To eat I had to go to work immediately. I didn't realize for several years
that I could get into the local CC without an SAT score.

When I did, I started taking remedial classes, trying to rebuild what I should
have learned in high school. After a couple years I entered a real major,
graduated with a couple A.S. degrees and an almost 4.0. It cost something like
$50/credit hour when I went. I think the entire program cost me under $5k.
Today, it's about $12k. I think I still could have swung it by just adding
another year.

This got me immediate entrance in the local state school where I entered as a
Junior and finished up my undergraduate degree -- again while working full
time. It was paid for almost entirely by grants. I think it was a little over
$10 for those final two years. Today it's about double again. Harder, but
again, doable.

I had to work full-time the entire time, got married in the middle, it took me
almost 7 years, but at every increment I was able to use my advancing
education to get radically better jobs.

Later I went back, got an M.S., but this time I had a few years of high paying
tech jobs and I just wrote a check every semester. It also wasn't terribly
expensive.

The CC covered all of the core courses I could have possibly wanted, and the
instructors were pretty much as good as what I encountered at state school. In
fact, of my professors, most of the ones who were the _most_ dedicated to
educating their students were my CC professors. When I entered University, I
was incredibly prepared for the academic life there and had no problem making
it through the program with another near 4.0 GPA.

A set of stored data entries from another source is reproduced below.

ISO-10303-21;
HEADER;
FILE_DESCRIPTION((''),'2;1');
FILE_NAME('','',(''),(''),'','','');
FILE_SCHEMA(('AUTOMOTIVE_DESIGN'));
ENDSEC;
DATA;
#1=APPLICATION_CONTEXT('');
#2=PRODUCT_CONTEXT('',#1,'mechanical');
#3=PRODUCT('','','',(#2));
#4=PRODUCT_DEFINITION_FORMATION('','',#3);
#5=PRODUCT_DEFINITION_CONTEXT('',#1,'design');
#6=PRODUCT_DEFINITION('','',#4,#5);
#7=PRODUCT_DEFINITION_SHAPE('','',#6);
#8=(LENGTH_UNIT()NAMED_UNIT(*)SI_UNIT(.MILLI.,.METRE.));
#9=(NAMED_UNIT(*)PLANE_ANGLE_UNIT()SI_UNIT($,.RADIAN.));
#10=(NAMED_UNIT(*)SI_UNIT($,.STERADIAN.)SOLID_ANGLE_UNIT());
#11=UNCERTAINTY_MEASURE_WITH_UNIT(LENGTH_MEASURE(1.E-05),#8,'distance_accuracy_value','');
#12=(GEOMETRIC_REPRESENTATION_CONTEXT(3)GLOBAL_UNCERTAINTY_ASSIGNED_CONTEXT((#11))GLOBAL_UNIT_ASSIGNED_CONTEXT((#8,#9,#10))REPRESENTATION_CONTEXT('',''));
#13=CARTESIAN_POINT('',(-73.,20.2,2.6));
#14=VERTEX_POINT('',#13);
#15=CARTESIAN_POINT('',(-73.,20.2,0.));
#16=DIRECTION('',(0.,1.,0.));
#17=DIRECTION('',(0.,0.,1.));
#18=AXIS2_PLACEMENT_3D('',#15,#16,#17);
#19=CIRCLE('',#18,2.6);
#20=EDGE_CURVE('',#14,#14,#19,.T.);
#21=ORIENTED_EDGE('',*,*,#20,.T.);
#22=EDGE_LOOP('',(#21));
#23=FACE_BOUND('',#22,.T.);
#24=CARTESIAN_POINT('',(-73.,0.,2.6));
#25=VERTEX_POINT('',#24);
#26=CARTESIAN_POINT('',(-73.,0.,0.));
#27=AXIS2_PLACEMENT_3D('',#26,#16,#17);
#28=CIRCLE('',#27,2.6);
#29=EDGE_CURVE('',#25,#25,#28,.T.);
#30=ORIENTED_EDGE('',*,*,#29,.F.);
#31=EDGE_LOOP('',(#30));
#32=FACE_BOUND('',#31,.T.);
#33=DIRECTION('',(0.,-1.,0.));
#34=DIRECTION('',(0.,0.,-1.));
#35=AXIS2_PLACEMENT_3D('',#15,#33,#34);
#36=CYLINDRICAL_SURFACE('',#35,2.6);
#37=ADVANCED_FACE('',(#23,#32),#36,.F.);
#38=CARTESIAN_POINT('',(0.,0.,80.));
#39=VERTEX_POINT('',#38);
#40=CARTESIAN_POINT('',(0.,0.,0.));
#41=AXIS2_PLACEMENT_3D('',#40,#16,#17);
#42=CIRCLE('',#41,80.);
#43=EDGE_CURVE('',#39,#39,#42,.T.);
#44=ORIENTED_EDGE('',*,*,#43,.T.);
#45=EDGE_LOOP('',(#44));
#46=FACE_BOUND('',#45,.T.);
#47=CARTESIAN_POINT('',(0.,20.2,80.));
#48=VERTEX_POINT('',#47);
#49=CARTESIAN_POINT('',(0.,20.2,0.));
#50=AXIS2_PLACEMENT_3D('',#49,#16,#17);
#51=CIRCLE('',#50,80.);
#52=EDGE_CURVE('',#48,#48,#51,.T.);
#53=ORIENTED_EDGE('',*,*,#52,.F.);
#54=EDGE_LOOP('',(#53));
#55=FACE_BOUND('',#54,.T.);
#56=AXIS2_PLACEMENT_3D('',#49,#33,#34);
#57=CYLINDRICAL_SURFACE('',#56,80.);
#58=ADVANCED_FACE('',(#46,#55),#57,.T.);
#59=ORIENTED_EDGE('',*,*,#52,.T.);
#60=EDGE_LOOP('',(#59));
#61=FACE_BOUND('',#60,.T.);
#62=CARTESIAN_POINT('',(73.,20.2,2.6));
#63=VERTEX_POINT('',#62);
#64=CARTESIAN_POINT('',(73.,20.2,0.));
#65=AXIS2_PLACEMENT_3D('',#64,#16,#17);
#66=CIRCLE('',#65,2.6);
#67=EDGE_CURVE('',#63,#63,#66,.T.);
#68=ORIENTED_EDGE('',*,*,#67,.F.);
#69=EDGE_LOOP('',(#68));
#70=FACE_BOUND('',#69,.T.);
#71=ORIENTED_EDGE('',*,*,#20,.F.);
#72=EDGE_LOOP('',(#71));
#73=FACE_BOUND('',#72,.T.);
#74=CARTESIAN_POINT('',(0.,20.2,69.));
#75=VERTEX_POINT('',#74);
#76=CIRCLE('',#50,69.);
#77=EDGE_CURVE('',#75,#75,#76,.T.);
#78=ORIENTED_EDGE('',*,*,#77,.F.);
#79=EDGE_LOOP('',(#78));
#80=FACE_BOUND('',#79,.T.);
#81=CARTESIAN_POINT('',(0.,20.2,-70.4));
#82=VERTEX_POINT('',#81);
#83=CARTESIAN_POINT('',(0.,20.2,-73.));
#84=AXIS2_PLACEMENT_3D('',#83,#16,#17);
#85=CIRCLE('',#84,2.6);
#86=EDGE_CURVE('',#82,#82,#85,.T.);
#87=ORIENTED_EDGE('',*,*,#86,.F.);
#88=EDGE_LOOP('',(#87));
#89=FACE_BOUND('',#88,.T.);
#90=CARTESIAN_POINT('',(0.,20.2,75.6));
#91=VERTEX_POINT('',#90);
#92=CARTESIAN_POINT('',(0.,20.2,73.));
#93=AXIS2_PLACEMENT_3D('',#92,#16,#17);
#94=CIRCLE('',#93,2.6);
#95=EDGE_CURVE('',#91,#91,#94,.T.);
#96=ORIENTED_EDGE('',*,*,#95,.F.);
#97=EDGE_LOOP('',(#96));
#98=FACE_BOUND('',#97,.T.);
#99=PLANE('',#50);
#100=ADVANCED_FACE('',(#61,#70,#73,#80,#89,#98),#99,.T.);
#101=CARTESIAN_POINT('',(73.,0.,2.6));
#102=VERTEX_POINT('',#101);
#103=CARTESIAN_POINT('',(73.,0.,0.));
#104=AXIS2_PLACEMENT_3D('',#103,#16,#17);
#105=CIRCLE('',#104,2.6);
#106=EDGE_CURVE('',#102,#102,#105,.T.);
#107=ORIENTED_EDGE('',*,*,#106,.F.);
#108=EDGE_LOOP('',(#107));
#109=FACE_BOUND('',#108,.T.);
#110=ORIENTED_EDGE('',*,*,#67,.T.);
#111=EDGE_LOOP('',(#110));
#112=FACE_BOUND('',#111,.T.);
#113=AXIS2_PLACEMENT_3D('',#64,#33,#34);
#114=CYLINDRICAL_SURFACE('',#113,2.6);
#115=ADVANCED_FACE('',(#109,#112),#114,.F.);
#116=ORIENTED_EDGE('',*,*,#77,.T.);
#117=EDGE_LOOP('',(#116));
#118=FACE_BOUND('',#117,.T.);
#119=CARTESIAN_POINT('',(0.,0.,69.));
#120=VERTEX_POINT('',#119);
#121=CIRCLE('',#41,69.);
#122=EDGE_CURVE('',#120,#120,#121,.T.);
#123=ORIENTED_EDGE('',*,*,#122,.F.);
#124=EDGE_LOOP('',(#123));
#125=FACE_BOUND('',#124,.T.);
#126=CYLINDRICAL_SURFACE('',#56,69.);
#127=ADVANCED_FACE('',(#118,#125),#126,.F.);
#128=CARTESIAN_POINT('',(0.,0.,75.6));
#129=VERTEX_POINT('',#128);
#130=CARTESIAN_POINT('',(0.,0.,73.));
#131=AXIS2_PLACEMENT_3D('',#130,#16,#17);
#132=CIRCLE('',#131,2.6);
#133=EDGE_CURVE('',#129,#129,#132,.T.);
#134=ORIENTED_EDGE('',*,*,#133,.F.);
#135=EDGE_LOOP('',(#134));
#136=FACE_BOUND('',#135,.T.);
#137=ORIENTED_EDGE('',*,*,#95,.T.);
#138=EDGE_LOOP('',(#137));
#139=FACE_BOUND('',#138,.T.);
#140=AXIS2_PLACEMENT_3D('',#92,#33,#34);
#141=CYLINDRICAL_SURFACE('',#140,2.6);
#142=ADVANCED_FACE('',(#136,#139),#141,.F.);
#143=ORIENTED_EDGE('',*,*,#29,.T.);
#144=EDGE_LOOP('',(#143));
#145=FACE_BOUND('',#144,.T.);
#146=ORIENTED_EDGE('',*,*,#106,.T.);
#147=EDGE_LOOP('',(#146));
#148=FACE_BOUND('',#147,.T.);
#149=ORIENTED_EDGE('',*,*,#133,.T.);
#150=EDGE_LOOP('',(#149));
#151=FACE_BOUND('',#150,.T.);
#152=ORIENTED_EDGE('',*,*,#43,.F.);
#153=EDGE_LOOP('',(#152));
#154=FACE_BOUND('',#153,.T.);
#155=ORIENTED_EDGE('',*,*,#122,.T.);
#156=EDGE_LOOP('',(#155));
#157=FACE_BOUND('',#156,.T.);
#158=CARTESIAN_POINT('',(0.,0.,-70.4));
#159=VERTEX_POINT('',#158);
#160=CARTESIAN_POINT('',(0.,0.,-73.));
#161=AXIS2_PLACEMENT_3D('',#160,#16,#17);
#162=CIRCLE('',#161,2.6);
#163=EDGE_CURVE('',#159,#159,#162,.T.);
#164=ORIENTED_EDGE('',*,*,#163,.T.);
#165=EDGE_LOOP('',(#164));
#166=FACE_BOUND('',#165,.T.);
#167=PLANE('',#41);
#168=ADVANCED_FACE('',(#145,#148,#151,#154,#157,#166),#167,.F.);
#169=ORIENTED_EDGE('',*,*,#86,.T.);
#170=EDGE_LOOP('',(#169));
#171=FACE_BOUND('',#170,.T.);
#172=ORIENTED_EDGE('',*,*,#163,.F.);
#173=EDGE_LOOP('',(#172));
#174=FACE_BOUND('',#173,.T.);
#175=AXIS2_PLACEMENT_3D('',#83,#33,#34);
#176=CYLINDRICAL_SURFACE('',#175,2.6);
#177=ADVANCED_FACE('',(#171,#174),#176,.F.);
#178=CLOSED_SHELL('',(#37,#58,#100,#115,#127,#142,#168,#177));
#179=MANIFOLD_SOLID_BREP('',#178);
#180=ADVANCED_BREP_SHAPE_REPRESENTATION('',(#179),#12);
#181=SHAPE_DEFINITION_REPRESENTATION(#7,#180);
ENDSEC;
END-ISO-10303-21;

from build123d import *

# Parameters (mm, degrees)
SKETCH1_R           = 80
SKETCH1_R_2         = 2.6
SKETCH1_R_3         = 69
BOSS_EXTRUDE1_DEPTH = 20.2


with BuildPart() as part:
    # Sketch1 → Boss-Extrude1 (new body)
    with BuildSketch(Plane(origin=(0, 0, 0), x_dir=(1, 0, 0), z_dir=(0, 1, 0))):
        with Locations(Location((0, 0, 0), (0, 0, 270))):
            Circle(SKETCH1_R)
        with Locations(Location((0, 73, 0), (0, 0, 270))):
            Circle(SKETCH1_R_2, mode=Mode.SUBTRACT)
        with Locations(Location((73, 0, 0), (0, 0, 270))):
            Circle(SKETCH1_R_2, mode=Mode.SUBTRACT)
        with Locations(Location((0, -73, 0), (0, 0, 270))):
            Circle(SKETCH1_R_2, mode=Mode.SUBTRACT)
        with Locations(Location((-73, 0, 0), (0, 0, 270))):
            Circle(SKETCH1_R_2, mode=Mode.SUBTRACT)
        with Locations(Location((0, 0, 0), (0, 0, 270))):
            Circle(SKETCH1_R_3, mode=Mode.SUBTRACT)
    extrude(amount=BOSS_EXTRUDE1_DEPTH)


solid = part.part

If I had a second chance, I would follow this route again, even if I had money
and better opportunity growing up. I also found many life-long friends at CC
who were on a similar life-path and it's been enjoyable watching each other as
we progress in our careers.

The stigma about CC's have to stop and the place it needs to die is in the
high schools. Many kids come out of college counseling classes at high school
thinking that if they don't go to an Ivy that they're basically going to fail
out of life and end up dead from a cheap drug overdose. For most people, it
matters approximately zero percent in their day to day work lives. I and my
old CC friends routinely work with people who went to far better and more
expensive schools than I did and have found plenty of workforce success.

------
x0ner
During the early part of high school, a few friends and I began attending
community college night classes for subjects we got exposed to in our day
classes. By the time I graduated, I was half-way through a AAS degree and
considered continuing locally a no-brainer.

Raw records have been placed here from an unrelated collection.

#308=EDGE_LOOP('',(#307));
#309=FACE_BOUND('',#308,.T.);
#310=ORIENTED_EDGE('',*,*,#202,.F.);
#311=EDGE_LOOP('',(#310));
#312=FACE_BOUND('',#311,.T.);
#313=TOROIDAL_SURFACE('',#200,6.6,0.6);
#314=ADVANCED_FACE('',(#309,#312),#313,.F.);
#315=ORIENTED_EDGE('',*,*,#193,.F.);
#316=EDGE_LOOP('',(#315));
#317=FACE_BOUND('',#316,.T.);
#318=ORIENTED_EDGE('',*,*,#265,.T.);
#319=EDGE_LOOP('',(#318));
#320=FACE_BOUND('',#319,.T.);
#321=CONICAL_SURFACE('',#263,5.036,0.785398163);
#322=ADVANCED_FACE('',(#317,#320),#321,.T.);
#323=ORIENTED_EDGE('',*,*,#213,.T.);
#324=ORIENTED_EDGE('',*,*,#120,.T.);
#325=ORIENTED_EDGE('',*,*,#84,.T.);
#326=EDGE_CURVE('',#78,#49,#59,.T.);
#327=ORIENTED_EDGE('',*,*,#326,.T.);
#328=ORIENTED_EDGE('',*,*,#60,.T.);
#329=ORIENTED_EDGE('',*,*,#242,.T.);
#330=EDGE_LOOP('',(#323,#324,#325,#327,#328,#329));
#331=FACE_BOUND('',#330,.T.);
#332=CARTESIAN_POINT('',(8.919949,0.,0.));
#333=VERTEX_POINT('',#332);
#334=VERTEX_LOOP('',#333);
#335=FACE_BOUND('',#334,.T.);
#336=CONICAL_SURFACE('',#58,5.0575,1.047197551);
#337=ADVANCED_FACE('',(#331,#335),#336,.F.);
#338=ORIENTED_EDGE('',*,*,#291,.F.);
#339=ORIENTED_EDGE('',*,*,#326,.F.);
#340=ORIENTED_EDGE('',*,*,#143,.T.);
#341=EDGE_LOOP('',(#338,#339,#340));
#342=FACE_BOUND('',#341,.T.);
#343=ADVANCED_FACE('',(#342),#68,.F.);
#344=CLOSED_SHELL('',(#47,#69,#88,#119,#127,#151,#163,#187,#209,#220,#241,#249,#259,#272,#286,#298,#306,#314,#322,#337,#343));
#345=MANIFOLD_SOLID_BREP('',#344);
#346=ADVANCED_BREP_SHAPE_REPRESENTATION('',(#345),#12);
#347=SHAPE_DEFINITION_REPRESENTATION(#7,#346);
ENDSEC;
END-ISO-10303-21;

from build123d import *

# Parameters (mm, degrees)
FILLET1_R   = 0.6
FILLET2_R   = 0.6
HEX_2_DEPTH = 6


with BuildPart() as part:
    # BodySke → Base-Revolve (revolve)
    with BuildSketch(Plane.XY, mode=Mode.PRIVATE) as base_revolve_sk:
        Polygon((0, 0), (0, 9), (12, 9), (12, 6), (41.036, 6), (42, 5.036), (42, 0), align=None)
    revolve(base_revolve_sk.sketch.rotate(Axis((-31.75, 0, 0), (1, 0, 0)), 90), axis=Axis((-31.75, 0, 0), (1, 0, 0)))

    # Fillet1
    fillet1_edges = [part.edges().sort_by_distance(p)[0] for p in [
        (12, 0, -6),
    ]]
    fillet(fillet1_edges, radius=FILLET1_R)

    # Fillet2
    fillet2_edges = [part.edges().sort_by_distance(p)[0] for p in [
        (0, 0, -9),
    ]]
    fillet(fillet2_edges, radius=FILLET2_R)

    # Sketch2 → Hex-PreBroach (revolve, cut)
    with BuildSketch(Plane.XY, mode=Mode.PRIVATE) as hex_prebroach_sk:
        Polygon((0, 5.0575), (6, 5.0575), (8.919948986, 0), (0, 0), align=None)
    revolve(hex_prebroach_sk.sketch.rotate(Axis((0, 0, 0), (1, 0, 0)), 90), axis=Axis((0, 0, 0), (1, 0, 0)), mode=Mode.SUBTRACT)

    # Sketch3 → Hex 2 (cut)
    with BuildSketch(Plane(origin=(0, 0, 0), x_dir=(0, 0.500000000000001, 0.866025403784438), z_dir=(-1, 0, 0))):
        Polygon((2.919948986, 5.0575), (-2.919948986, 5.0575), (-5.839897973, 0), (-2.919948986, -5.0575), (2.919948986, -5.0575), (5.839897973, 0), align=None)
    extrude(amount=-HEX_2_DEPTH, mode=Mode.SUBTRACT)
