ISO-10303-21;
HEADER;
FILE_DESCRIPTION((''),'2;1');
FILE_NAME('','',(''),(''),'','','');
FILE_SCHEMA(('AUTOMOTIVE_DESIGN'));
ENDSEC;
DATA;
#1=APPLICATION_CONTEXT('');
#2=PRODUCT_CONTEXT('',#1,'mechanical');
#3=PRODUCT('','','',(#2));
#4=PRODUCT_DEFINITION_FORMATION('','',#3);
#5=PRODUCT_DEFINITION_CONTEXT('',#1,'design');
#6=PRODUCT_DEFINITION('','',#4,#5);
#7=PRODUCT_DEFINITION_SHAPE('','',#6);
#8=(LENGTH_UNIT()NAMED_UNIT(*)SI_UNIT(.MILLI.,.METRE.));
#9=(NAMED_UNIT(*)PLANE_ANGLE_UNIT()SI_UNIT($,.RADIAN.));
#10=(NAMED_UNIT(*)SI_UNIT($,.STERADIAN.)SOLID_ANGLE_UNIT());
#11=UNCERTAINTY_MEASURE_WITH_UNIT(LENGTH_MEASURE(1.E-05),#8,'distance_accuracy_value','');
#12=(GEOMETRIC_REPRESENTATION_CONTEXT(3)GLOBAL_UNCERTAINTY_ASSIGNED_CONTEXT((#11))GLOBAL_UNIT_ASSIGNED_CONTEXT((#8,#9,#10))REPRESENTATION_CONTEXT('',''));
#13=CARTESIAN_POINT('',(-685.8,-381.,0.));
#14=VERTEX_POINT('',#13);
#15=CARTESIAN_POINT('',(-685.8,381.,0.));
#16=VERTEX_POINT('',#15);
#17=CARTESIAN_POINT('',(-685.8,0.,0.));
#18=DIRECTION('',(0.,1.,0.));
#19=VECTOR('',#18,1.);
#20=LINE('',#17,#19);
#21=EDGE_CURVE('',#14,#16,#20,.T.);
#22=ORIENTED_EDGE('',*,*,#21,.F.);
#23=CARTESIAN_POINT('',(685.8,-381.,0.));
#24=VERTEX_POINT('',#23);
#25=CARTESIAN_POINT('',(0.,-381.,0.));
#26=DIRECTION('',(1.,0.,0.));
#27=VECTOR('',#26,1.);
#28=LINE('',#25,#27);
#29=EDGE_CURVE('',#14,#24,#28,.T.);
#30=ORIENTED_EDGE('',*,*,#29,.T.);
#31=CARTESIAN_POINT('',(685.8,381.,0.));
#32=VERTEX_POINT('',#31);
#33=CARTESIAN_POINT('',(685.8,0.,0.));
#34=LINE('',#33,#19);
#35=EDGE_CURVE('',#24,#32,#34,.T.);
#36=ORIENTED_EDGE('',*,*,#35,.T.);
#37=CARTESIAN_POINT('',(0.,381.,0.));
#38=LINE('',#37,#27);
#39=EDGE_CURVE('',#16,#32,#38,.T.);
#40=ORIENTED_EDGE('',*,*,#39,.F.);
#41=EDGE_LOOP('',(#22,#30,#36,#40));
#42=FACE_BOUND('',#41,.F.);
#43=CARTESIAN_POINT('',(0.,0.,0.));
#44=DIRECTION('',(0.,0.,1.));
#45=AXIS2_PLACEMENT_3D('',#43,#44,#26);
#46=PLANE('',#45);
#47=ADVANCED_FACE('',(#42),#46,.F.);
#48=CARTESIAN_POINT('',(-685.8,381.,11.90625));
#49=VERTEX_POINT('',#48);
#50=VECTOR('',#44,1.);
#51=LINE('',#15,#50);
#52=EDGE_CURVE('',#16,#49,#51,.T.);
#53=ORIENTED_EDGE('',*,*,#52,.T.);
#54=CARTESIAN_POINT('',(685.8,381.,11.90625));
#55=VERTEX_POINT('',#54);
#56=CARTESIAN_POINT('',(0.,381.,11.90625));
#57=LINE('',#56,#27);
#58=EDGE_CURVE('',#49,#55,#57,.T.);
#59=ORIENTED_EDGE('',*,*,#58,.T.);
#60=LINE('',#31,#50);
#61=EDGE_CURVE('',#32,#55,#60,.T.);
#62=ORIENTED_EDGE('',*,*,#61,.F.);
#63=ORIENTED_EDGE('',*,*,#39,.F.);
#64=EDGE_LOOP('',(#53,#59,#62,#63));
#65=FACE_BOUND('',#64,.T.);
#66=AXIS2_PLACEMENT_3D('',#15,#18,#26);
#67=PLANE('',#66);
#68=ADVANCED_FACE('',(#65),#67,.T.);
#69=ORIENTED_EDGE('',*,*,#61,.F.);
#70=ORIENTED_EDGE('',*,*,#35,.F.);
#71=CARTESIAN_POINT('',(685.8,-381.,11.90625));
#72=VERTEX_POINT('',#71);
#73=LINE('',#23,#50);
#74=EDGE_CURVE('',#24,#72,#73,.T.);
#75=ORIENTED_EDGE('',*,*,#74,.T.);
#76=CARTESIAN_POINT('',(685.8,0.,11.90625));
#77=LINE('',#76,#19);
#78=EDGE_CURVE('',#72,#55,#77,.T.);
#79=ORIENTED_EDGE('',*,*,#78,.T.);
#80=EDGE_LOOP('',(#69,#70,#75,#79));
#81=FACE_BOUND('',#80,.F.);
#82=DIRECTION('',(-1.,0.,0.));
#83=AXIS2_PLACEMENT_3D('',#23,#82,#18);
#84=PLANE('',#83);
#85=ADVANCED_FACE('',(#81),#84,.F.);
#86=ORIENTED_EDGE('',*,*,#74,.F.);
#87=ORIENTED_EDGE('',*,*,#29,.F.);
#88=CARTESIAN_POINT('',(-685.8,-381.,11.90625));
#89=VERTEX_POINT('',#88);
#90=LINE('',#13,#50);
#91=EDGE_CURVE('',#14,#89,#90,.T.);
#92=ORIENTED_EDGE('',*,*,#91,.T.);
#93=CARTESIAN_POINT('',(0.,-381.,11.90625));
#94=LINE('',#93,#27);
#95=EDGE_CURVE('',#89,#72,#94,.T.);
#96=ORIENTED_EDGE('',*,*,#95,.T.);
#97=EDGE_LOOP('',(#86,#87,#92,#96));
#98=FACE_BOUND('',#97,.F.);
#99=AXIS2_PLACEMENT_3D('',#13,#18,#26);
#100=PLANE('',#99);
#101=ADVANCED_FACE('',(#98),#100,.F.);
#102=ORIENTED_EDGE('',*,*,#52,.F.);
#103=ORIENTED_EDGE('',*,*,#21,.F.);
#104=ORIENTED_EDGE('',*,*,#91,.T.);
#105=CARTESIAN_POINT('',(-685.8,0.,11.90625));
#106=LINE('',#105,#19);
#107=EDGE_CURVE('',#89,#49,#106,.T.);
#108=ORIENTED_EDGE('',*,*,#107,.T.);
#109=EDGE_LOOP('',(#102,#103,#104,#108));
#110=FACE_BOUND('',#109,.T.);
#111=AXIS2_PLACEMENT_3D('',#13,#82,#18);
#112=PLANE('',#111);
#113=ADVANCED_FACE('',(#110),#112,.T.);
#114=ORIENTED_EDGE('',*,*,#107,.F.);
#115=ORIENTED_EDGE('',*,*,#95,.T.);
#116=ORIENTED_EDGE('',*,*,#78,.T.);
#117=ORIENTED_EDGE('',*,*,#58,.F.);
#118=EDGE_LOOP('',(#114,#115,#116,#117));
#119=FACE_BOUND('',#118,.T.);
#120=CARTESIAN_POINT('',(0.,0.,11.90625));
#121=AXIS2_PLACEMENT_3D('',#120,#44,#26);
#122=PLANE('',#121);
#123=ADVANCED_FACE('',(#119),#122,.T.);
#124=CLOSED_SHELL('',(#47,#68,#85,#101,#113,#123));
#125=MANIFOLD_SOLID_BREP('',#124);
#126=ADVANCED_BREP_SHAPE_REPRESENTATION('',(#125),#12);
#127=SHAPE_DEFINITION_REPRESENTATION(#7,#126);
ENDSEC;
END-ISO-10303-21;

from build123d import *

# Parameters (mm, degrees)
SKETCH_W  = 1371.6
SKETCH_H  = 762
PAD_DEPTH = 11.90625


with BuildPart() as part:
    # Sketch → Pad (new body)
    with BuildSketch(Plane.XY):
        Rectangle(SKETCH_W, SKETCH_H)
    extrude(amount=PAD_DEPTH)


solid = part.part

Ended up transferring 70 credits or so over to a four-year institution 1 year
after graduating high school and managed to walk away with a BS degree earlier
than my peers and with no debt. Without community college, there's no way I
would have achieved this; I owe a lot to that part of the system.

For many years, I felt like an imposter because of my community college
background. The irony in it all though was that for a much cheaper, often more
flexible schedule, and sometimes better teachers, I walked away with a lot of
the same opportunity as my peers. Naturally, my "network" wasn't filled with
ivy-leaguers, but I'd later rub shoulders with them in my employment and be
considered equal.

More details around hacking through education:
[https://medium.com/@9bplus/hacking-the-education-
process-1be...](https://medium.com/@9bplus/hacking-the-education-
process-1be6c972b82)

------
fancyfish
The CCs have the cost model worked out better than the universities, and can
curb spending since they don't rely on public funds to support sports
programs, sprawling administrations, large campuses, etc. It's about the
courses and the students, and providing the most practical courses. I think
it's an excellent way to deliver the basic general education and lower level
courses of an undergraduate degree compared to taking them at a university
because of this cost basis alone.

Rethinking how we deliver lower level courses in the university, by either
providing them online or through CC seems to be part of the answer to
controlling higher education costs that are spiraling out of control as states
cut funding to public universities.

------
paulie_a
For any parents in this thread, some states do allow students to "graduate
early" from highschool but get free college credits, in Wisconsin it was
called the student option program. I got my first 12 credits in my senior year
of high school

------
skrap
When I graduated from a far-from-top-10 CS BA program in 2002, I couldn't get
the time of day from any of the top software firms. I spent 9 months throwing
resume after resume down the corporate waste chute. Then I noticed that Apple
was holding a recruiting event at MIT, so I crashed it. Didn't mention that I
wasn't from that school. A month or so later I got the job that launched my
career.

Not sure what the lesson there is. But maybe a community college grad should
consider finding ways to get through the school-based recruiting filter which
is all too common in tech.

------
Dowwie
MOOCs have been developing en masse for the last 6-7 years. What, aside from
the obvious associates degree at completion and an accelerated pathway to a
bachelors degree from a 4-year program, does community college provide that
MOOC micro-programs do not? It seems reasonable to assume that MOOC service
providers are establishing pathways to undergraduate programs just as
community colleges do. Are the value gaps narrowing?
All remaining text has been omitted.